Dataset excerpts:
= = = = = = =
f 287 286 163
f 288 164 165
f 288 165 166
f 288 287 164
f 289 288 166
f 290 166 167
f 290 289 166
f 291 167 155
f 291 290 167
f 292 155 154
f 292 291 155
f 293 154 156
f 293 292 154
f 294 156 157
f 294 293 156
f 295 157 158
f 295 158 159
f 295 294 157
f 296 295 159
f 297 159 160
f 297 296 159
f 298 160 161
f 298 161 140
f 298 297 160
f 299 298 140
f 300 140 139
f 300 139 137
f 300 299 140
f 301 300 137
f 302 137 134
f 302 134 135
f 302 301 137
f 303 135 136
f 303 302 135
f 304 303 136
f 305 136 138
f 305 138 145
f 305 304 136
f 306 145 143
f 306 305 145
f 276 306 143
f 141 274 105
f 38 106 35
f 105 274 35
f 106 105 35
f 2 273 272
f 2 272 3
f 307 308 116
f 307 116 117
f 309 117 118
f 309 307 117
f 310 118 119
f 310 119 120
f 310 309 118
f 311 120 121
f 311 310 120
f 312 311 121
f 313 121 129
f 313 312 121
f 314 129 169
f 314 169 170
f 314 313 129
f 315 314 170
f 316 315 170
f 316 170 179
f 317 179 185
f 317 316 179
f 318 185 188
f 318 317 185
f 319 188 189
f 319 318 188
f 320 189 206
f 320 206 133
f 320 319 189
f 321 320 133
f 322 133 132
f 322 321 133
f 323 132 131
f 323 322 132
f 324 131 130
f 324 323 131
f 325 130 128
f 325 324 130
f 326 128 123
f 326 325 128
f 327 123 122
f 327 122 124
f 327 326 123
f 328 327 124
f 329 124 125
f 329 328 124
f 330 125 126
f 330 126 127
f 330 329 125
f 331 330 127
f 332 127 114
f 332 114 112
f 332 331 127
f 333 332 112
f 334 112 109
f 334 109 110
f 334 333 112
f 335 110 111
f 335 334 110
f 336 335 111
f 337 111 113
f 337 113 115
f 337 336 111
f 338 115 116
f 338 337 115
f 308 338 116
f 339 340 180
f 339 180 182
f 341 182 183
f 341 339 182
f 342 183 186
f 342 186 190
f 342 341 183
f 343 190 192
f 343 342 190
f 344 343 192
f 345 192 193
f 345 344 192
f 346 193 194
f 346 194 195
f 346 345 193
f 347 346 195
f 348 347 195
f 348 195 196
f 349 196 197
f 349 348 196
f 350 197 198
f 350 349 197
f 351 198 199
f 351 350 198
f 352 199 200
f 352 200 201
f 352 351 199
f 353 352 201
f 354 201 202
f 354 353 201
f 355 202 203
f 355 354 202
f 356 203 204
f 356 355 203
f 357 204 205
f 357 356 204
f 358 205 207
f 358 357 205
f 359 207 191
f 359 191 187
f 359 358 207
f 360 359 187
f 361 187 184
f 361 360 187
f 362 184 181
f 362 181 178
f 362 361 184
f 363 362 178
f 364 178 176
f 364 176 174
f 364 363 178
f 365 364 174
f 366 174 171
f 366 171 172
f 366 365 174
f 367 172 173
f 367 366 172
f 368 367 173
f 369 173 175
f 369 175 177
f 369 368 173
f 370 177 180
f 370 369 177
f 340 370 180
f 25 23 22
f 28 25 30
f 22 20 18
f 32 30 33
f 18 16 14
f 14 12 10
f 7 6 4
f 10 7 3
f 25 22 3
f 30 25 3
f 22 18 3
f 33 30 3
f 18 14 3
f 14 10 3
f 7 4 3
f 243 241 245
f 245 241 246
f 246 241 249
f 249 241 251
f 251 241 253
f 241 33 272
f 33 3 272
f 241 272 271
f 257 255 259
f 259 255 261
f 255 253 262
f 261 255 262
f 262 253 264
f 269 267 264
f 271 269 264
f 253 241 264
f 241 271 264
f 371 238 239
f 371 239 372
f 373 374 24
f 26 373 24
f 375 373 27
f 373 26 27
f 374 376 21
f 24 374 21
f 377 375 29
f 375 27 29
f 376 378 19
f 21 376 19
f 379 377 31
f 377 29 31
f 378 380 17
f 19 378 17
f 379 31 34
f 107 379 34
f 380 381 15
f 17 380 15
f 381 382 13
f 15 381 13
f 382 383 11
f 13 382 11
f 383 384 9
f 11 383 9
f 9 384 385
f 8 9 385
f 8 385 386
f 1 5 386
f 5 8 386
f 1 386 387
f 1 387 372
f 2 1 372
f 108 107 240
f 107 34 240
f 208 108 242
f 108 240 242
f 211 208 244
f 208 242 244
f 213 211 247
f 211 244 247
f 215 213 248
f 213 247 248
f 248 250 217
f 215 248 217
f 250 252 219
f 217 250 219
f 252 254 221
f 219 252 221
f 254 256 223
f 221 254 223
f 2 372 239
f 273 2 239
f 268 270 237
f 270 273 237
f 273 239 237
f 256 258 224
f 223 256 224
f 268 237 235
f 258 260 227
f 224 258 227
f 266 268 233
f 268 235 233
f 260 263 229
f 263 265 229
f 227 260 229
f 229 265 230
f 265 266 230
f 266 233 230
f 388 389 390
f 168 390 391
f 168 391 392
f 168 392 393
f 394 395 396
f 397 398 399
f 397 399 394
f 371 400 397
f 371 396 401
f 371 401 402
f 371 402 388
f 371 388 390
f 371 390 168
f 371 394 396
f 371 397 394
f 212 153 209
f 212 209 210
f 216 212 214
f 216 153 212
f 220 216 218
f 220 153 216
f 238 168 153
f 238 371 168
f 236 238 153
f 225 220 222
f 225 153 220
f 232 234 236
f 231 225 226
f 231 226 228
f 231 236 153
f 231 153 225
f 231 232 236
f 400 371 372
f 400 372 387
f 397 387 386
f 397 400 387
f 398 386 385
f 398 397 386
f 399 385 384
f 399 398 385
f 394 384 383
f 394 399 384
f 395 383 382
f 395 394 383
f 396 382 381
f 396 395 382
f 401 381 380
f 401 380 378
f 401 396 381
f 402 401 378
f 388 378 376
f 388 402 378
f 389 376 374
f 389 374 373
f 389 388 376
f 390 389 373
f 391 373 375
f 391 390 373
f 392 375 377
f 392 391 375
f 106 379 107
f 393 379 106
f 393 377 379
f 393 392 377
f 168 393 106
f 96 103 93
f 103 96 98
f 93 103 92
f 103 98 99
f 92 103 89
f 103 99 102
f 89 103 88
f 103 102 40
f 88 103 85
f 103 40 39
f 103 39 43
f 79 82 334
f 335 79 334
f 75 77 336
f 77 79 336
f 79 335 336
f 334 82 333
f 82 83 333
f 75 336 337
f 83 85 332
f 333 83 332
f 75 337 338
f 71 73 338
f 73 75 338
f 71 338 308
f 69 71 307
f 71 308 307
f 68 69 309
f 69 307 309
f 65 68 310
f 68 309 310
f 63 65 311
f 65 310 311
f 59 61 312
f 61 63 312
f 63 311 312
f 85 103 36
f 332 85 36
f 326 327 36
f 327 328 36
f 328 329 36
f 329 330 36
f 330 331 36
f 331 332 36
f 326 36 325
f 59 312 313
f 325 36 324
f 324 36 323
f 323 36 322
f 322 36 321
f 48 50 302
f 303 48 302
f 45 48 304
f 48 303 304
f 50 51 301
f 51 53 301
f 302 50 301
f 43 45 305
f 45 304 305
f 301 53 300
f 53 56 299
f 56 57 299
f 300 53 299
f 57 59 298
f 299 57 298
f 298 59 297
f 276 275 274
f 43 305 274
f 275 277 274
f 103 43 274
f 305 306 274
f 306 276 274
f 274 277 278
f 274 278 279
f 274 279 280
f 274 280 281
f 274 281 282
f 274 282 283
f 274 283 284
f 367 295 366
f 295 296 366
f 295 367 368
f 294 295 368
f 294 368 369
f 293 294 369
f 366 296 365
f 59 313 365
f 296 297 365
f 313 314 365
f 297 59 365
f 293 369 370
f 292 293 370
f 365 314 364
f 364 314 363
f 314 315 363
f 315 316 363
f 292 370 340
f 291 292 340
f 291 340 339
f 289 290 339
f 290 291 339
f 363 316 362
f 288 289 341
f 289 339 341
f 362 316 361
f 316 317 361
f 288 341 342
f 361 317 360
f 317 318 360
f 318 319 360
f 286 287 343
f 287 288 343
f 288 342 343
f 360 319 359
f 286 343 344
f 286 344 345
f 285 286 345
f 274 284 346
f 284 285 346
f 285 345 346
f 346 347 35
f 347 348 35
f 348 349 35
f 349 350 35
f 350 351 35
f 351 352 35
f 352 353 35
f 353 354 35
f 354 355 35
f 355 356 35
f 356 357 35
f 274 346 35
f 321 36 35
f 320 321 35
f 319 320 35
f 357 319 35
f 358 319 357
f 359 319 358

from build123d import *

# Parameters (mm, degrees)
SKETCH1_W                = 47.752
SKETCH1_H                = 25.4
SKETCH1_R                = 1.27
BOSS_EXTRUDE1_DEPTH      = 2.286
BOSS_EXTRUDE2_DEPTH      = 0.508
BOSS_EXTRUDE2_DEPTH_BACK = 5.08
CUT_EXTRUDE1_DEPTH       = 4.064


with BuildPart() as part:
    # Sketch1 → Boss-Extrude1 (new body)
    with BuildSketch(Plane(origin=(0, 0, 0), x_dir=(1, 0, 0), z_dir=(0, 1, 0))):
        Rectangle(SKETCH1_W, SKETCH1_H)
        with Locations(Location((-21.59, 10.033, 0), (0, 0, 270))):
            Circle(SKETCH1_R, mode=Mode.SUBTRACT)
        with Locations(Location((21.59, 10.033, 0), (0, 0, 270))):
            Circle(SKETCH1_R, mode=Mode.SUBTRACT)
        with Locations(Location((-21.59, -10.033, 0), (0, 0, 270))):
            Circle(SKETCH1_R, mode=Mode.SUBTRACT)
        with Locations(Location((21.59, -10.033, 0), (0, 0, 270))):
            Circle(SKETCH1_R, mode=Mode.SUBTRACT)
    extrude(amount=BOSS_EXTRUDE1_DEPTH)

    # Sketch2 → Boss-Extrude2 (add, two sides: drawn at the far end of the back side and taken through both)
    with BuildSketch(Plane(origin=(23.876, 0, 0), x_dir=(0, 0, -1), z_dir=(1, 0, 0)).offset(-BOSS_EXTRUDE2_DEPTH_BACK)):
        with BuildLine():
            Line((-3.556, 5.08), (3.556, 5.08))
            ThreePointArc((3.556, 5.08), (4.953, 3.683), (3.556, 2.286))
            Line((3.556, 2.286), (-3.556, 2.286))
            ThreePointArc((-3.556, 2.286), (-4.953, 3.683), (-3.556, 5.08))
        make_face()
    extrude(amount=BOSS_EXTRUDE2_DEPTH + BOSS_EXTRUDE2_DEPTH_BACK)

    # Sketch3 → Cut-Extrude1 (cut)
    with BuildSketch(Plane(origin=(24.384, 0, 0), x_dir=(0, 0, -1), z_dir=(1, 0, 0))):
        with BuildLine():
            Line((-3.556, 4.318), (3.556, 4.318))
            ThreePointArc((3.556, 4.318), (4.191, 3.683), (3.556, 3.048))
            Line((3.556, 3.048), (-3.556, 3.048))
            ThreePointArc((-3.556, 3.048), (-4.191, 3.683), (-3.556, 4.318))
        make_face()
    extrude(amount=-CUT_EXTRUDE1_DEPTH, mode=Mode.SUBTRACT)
= = = = = = =
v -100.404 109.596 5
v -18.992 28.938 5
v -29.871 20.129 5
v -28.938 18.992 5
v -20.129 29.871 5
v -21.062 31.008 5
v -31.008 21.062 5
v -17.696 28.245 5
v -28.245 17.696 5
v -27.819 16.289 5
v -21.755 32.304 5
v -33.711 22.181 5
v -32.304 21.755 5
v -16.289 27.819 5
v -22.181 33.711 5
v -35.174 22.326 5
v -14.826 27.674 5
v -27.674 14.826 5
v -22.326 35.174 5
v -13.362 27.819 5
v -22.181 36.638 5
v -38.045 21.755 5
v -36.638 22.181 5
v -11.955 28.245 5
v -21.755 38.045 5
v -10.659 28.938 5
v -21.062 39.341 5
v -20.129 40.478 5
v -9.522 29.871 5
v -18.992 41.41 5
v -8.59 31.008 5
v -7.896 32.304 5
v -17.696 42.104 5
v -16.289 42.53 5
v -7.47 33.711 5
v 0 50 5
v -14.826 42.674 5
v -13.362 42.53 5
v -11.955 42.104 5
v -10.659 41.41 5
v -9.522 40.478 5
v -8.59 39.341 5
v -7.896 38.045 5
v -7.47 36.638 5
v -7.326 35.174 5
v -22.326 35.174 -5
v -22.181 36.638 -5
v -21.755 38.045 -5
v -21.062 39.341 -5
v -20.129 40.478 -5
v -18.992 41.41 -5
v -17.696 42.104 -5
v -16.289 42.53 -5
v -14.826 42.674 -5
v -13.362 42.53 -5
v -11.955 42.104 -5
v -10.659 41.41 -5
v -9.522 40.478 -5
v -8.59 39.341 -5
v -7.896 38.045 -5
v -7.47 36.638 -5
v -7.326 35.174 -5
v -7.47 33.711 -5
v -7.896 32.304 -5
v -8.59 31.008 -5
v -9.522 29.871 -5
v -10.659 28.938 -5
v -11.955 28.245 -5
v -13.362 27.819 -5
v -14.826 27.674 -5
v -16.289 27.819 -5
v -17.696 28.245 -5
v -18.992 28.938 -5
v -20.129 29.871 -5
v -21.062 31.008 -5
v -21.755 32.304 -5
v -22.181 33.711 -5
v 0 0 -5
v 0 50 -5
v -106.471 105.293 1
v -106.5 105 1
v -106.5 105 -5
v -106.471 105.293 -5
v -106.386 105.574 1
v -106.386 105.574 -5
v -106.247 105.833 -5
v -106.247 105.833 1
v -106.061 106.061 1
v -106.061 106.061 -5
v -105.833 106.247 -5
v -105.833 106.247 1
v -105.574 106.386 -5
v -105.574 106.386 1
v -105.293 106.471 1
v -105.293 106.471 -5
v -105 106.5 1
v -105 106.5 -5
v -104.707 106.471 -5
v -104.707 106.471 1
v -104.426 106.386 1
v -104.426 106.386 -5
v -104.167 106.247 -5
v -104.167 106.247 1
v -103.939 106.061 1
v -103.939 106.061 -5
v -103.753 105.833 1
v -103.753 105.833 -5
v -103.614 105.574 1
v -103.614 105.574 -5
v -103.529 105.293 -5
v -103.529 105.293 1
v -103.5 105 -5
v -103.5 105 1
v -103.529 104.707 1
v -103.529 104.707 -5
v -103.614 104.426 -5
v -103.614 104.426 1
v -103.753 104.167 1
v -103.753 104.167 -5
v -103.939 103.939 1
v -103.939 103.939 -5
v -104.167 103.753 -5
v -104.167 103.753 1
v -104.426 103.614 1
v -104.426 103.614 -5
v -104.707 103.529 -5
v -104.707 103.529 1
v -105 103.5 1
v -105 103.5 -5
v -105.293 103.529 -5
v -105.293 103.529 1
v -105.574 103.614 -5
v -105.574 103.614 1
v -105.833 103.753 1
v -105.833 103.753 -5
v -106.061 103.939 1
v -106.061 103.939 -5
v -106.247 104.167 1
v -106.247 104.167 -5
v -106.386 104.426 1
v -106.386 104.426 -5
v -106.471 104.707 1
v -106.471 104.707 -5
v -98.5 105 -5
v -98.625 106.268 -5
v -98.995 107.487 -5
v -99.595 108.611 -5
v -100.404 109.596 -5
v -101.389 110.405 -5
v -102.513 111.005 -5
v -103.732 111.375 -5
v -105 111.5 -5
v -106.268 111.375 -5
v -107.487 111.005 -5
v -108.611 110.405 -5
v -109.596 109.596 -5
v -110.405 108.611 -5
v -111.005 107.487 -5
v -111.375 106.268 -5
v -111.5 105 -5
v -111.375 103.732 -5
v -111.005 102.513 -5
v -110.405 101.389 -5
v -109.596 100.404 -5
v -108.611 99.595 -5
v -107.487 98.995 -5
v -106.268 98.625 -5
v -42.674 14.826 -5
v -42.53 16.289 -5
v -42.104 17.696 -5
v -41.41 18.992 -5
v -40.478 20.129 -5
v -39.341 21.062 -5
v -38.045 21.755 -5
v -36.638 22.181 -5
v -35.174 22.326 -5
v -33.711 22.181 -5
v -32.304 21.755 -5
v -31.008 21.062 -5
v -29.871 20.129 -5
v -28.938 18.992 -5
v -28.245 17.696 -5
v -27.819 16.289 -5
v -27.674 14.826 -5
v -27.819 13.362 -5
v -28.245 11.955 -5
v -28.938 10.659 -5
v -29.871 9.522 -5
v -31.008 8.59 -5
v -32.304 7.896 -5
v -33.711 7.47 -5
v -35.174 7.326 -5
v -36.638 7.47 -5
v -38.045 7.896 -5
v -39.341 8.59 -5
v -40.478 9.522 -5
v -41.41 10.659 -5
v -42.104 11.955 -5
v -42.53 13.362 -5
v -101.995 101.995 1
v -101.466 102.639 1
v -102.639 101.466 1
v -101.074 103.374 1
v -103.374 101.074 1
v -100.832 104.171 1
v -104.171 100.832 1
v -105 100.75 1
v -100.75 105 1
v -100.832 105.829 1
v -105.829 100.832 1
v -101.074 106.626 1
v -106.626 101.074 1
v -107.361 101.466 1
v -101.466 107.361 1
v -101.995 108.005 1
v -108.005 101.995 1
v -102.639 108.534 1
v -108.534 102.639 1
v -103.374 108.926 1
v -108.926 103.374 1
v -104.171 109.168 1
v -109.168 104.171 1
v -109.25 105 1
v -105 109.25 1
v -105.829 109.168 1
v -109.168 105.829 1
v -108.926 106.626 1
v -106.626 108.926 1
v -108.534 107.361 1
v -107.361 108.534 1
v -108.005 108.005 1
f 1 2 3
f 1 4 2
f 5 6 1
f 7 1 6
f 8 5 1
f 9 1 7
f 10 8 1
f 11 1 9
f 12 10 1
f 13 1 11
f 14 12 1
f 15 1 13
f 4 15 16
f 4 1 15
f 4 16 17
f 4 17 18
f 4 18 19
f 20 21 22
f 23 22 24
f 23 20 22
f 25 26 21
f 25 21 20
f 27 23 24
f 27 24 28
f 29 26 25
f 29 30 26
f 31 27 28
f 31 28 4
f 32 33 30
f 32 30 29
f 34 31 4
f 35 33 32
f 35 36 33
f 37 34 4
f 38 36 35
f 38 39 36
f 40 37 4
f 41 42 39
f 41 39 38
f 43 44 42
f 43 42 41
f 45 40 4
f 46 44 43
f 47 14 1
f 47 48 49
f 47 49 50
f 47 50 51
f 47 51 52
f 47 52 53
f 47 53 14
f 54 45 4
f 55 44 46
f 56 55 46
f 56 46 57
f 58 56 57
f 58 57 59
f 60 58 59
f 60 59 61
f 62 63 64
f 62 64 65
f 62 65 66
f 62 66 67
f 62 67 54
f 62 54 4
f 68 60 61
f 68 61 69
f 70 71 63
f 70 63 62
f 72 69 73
= = = = = = =
Your instructions: Give back exactly the lines above, from the line containing "f 401 380 378" through the line containing "f 103 96 98", with both end lines and nothing more.

Task answer:
f 401 380 378
f 401 396 381
f 402 401 378
f 388 378 376
f 388 402 378
f 389 376 374
f 389 374 373
f 389 388 376
f 390 389 373
f 391 373 375
f 391 390 373
f 392 375 377
f 392 391 375
f 106 379 107
f 393 379 106
f 393 377 379
f 393 392 377
f 168 393 106
f 96 103 93
f 103 96 98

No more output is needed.